EDIT: There is a road trip around the north of Scotland called the NC500. Part of it is on the B869 Drumbeg Road. Not to be tackled if you are of a nervous disposition, and can’t cope with 25% gradients.

9 Likes

That makes sense. My view is no doubt influenced by my desire for “landscape, not manscape.”

1 Like

Bad weather today. Left my home for a short test of my new camera rain cover.
Mounts in pouring rain.

Second (improved?) version.

8 Likes

Happy memories of my childhood and one of my favourite places in the UK. I used to stay with a relative in Ullapool and climb some of the mountains with my dad. Walking the arête of An Teallach was particularly spectacular and nail-biting.

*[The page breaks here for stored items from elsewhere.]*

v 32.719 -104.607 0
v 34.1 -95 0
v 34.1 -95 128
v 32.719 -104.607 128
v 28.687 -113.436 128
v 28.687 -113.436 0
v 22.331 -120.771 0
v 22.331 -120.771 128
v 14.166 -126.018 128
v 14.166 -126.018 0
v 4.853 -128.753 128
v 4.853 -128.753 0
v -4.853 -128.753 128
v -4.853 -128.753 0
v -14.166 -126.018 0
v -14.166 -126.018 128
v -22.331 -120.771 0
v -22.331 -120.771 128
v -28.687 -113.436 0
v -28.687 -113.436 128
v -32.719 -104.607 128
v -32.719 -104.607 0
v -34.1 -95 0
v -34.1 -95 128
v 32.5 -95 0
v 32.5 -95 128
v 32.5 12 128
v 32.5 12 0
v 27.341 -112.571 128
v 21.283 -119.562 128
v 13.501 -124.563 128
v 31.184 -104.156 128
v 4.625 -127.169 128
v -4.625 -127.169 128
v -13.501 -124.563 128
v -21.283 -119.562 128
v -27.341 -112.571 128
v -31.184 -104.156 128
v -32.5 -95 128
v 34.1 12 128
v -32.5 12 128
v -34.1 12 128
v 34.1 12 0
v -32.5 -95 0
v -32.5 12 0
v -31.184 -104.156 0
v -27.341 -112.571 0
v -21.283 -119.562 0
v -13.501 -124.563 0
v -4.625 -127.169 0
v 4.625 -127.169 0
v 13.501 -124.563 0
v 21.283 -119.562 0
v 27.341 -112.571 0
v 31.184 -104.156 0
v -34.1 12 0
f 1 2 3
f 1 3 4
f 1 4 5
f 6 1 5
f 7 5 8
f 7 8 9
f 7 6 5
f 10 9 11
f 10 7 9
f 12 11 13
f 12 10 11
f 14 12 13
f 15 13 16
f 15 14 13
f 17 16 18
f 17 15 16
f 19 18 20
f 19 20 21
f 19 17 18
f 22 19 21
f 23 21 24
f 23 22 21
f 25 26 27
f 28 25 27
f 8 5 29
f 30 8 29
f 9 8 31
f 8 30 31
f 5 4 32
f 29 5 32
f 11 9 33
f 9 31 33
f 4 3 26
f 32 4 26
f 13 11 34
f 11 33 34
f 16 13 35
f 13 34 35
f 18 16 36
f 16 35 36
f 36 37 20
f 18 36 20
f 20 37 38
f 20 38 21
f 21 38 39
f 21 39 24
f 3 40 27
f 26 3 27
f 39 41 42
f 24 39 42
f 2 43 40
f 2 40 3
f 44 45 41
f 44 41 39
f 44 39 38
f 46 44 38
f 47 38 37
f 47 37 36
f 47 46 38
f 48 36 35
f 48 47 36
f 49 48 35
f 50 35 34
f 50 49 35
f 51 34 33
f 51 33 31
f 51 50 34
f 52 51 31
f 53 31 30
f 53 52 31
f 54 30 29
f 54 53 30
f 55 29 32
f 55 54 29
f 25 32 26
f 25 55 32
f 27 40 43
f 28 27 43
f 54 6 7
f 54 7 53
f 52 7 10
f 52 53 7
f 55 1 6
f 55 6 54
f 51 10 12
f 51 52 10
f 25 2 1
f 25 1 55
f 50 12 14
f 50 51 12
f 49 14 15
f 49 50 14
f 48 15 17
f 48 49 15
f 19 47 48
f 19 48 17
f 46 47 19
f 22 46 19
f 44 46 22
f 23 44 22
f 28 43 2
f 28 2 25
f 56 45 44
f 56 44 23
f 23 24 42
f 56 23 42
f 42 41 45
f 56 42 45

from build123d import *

# Parameters (mm, degrees)
SKETCH1_R                = 14
BOSS_EXTRUDE1_DEPTH      = 6
M3_CLEARANCE_HOLE1_D     = 3.6
M3_CLEARANCE_HOLE1_DEPTH = 6
M3_CLEARANCE_HOLE1_TIP   = 1.081549114
FILLET1_R                = 15
SKETCH4_W                = 65
SKETCH4_H                = 9
CUT_EXTRUDE1_DEPTH       = 2
M4_CLEARANCE_HOLE1_D     = 4.8
M4_CLEARANCE_HOLE1_DEPTH = 6
M4_CLEARANCE_HOLE1_TIP   = 1.442065486
CHAMFER1_SIZE            = 2.4
BOSS_EXTRUDE2_DEPTH      = 128
SKETCH10_W               = 128
SKETCH10_H               = 68
CUT_EXTRUDE2_DEPTH       = 195.170157336


with BuildPart() as part:
    # Sketch1 → Boss-Extrude1 (new body)
    with BuildSketch(Plane.XY):
        with BuildLine():
            Line((-32.5, 95), (-32.5, -95))
            ThreePointArc((-32.5, -95), (0, -127.5), (32.5, -95))
            Line((32.5, -95), (32.5, 95))
            Line((32.5, 95), (-32.5, 95))
        make_face()
        with Locations((0, -95)):
            Circle(SKETCH1_R, mode=Mode.SUBTRACT)
    extrude(amount=BOSS_EXTRUDE1_DEPTH)

    # M3 Clearance Hole1
    with Locations(Plane(origin=(0, 0, 0), x_dir=(-1, 0, 0), z_dir=(0, 0, -1))):
        with Locations((-15.5, -110.5), (15.5, -110.5), (15.5, -79.5), (-15.5, -79.5)):
            Hole(M3_CLEARANCE_HOLE1_D / 2, depth=M3_CLEARANCE_HOLE1_DEPTH)
            with Locations((0, 0, -(M3_CLEARANCE_HOLE1_DEPTH + M3_CLEARANCE_HOLE1_TIP / 2))):  # 118° drill point
                Cone(0, M3_CLEARANCE_HOLE1_D / 2, M3_CLEARANCE_HOLE1_TIP, mode=Mode.SUBTRACT)

    # Fillet1
    fillet1_edges = [part.edges().sort_by_distance(p)[0] for p in [
        (-32.5, 95, 3),
        (32.5, 95, 3),
    ]]
    fillet(fillet1_edges, radius=FILLET1_R)

    # Sketch4 → Cut-Extrude1 (cut)
    with BuildSketch(Plane.XY.offset(6)):
        with Locations((0, -60.5)):
            Rectangle(SKETCH4_W, SKETCH4_H)
        with Locations((0, 7.5)):
            Rectangle(SKETCH4_W, SKETCH4_H)
        with Locations((0, 75.5)):
            Rectangle(SKETCH4_W, SKETCH4_H)
    extrude(amount=-CUT_EXTRUDE1_DEPTH, mode=Mode.SUBTRACT)

    # M4 Clearance Hole1
    with Locations(Plane.XY.offset(4)):
        with Locations((-24.5, -60.5), (-24.5, 75.5), (24.5, 75.5), (0, 75.5), (-24.5, 7.5), (0, 7.5), (24.5, 7.5), (24.5, -60.5), (0, -60.5)):
            Hole(M4_CLEARANCE_HOLE1_D / 2, depth=M4_CLEARANCE_HOLE1_DEPTH)
            with Locations((0, 0, -(M4_CLEARANCE_HOLE1_DEPTH + M4_CLEARANCE_HOLE1_TIP / 2))):  # 118° drill point
                Cone(0, M4_CLEARANCE_HOLE1_D / 2, M4_CLEARANCE_HOLE1_TIP, mode=Mode.SUBTRACT)

    # Chamfer1
    chamfer1_edges = [part.edges().sort_by_distance(p)[0] for p in [
        (13.7, -110.5, 0),
        (-17.3, -110.5, 0),
        (-17.3, -79.5, 0),
        (13.7, -79.5, 0),
        (-22.1, 75.5, 0),
        (2.4, 75.5, 0),
        (26.9, 75.5, 0),
        (26.9, 7.5, 0),
        (2.4, 7.5, 0),
        (-22.1, 7.5, 0),
        (-22.1, -60.5, 0),
        (2.4, -60.5, 0),
        (26.9, -60.5, 0),
    ]]
    chamfer(chamfer1_edges, length=CHAMFER1_SIZE)


with BuildPart() as body_2:
    # Sketch7 → Boss-Extrude2 (new body)
    with BuildSketch(Plane(origin=(0, 0, 0), x_dir=(-1, 0, 0), z_dir=(0, 0, -1))):
        with BuildLine():
            ThreePointArc((-34.1, -95), (0, -129.1), (34.1, -95))
            Line((34.1, -95), (34.1, 80))
            Line((34.1, 80), (32.5, 80))
            Line((32.5, 80), (32.5, -95))
            ThreePointArc((32.5, -95), (0, -127.5), (-32.5, -95))
            Line((-32.5, -95), (-32.5, 80))
            Line((-32.5, 80), (-34.1, 80))
            Line((-34.1, 80), (-34.1, -95))
        make_face()
    extrude(amount=-BOSS_EXTRUDE2_DEPTH)

    # Sketch10 → Cut-Extrude2 (cut, through all)
    with BuildSketch(Plane(origin=(34.1, 0, 0), x_dir=(0, 0, -1), z_dir=(1, 0, 0))):
        with Locations((-64, 46)):
            Rectangle(SKETCH10_W, SKETCH10_H)
    extrude(amount=-CUT_EXTRUDE2_DEPTH, mode=Mode.SUBTRACT)


solid = body_2.part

New camera? Please, tell us more.

No, the camera I have for quite some time. I upgraded from Sony alpha 7III to 7RIV six month ago. I just bought a cheap rain cover for my holiday trip but unfortunately had no chance to test it :wink:. So, I seized the opportunity today, to test this cover and my weatherproof clothing.

1 Like

Fall is still a few weeks away. I am getting antsy.


18 Likes

Sounds like my kind of place!

When I go to west Texas (usually for astronomy) one of the small towns out there has 1,000 residents and the county in which it’s located has a population density of one person per square mile. There are places on I-10 (motorway) where fuel stops are 70 miles / 112 km apart. It’s certainly doable, but you can’t always pick and choose where to stop.

Similar remoteness, very different country, though. Scotland is wet, green and rugged. West Texas is dry, brown and rugged, a mountainous high desert.

17 Likes

When i was at ASU in Phoenix in the ‘70s, I’d drive I-10 through Texas to my folks in Louisiana during breaks. 814 miles from El Paso to Orange. Not particularly grandeur, but I thought west Texas was’interesting’…

3 Likes

The vastness of the US is mind boggling. Here in Portugal you can’t drive 20 minutes without seeing a small town or another, sometimes just two or three houses bundled together… Same thing across much of Europe too

1 Like

Some shots from our visit to Assynt:

These are of Suilven and Stac Pollaidh

The remains of Ardvrek castle

And the last set are from Badentarbert bay

The weather wasn’t particularly good while we were there (we drove back through Storm Amy), and as a result, a lot of the skies in these pictures are quite flat.

I am going to post a “Play Raw” for one of them, to see if anyone can improve the sky.

17 Likes


Moon over a little cabin thingy. Not sure how you’d prevent the moon from blowing out like that; ND-filter, probably?


Little guy just wanted to play pinball.

9 Likes

OR…

You can do what many astrophotographers do and composit. One frame for the moon, one for the foreground, and slap them together in post.

You might also stack multiple exposures, since the you do not need to track the moon to get a crisp shot.

If your exposures are long enough, you can use your hand/notecard and block the sky for part of the time the shutter is open. Its…not easy to get right. Take many shots.

Personally, I liked your “blown out” moon in that shot.

Well, you have a bit more land than we have…

Last year, we visited Sutherland. This has an area of 2,000 square miles and a population of 12,800 (and falling). I make this something like 6-7 people per square mile, most of whom live in moderate sized towns.

It used to have a larger population, but as agriculture has become less important, agricultural communities have shrunk or disappeared.

In many villages in Scotland, you will find a few houses (most of which will be holiday homes or Airbnb). You may find a church (though services will be infrequent), a cemetery (though with few recent burials), possibly a primary school (children are bussed elsewhere for secondary schooling), and a village hall. There is unlikely to be a shop, or a pub.

The thing that fusses me is, do we want these communities to survive and flourish, and if we do, what do we need to do to ensure this?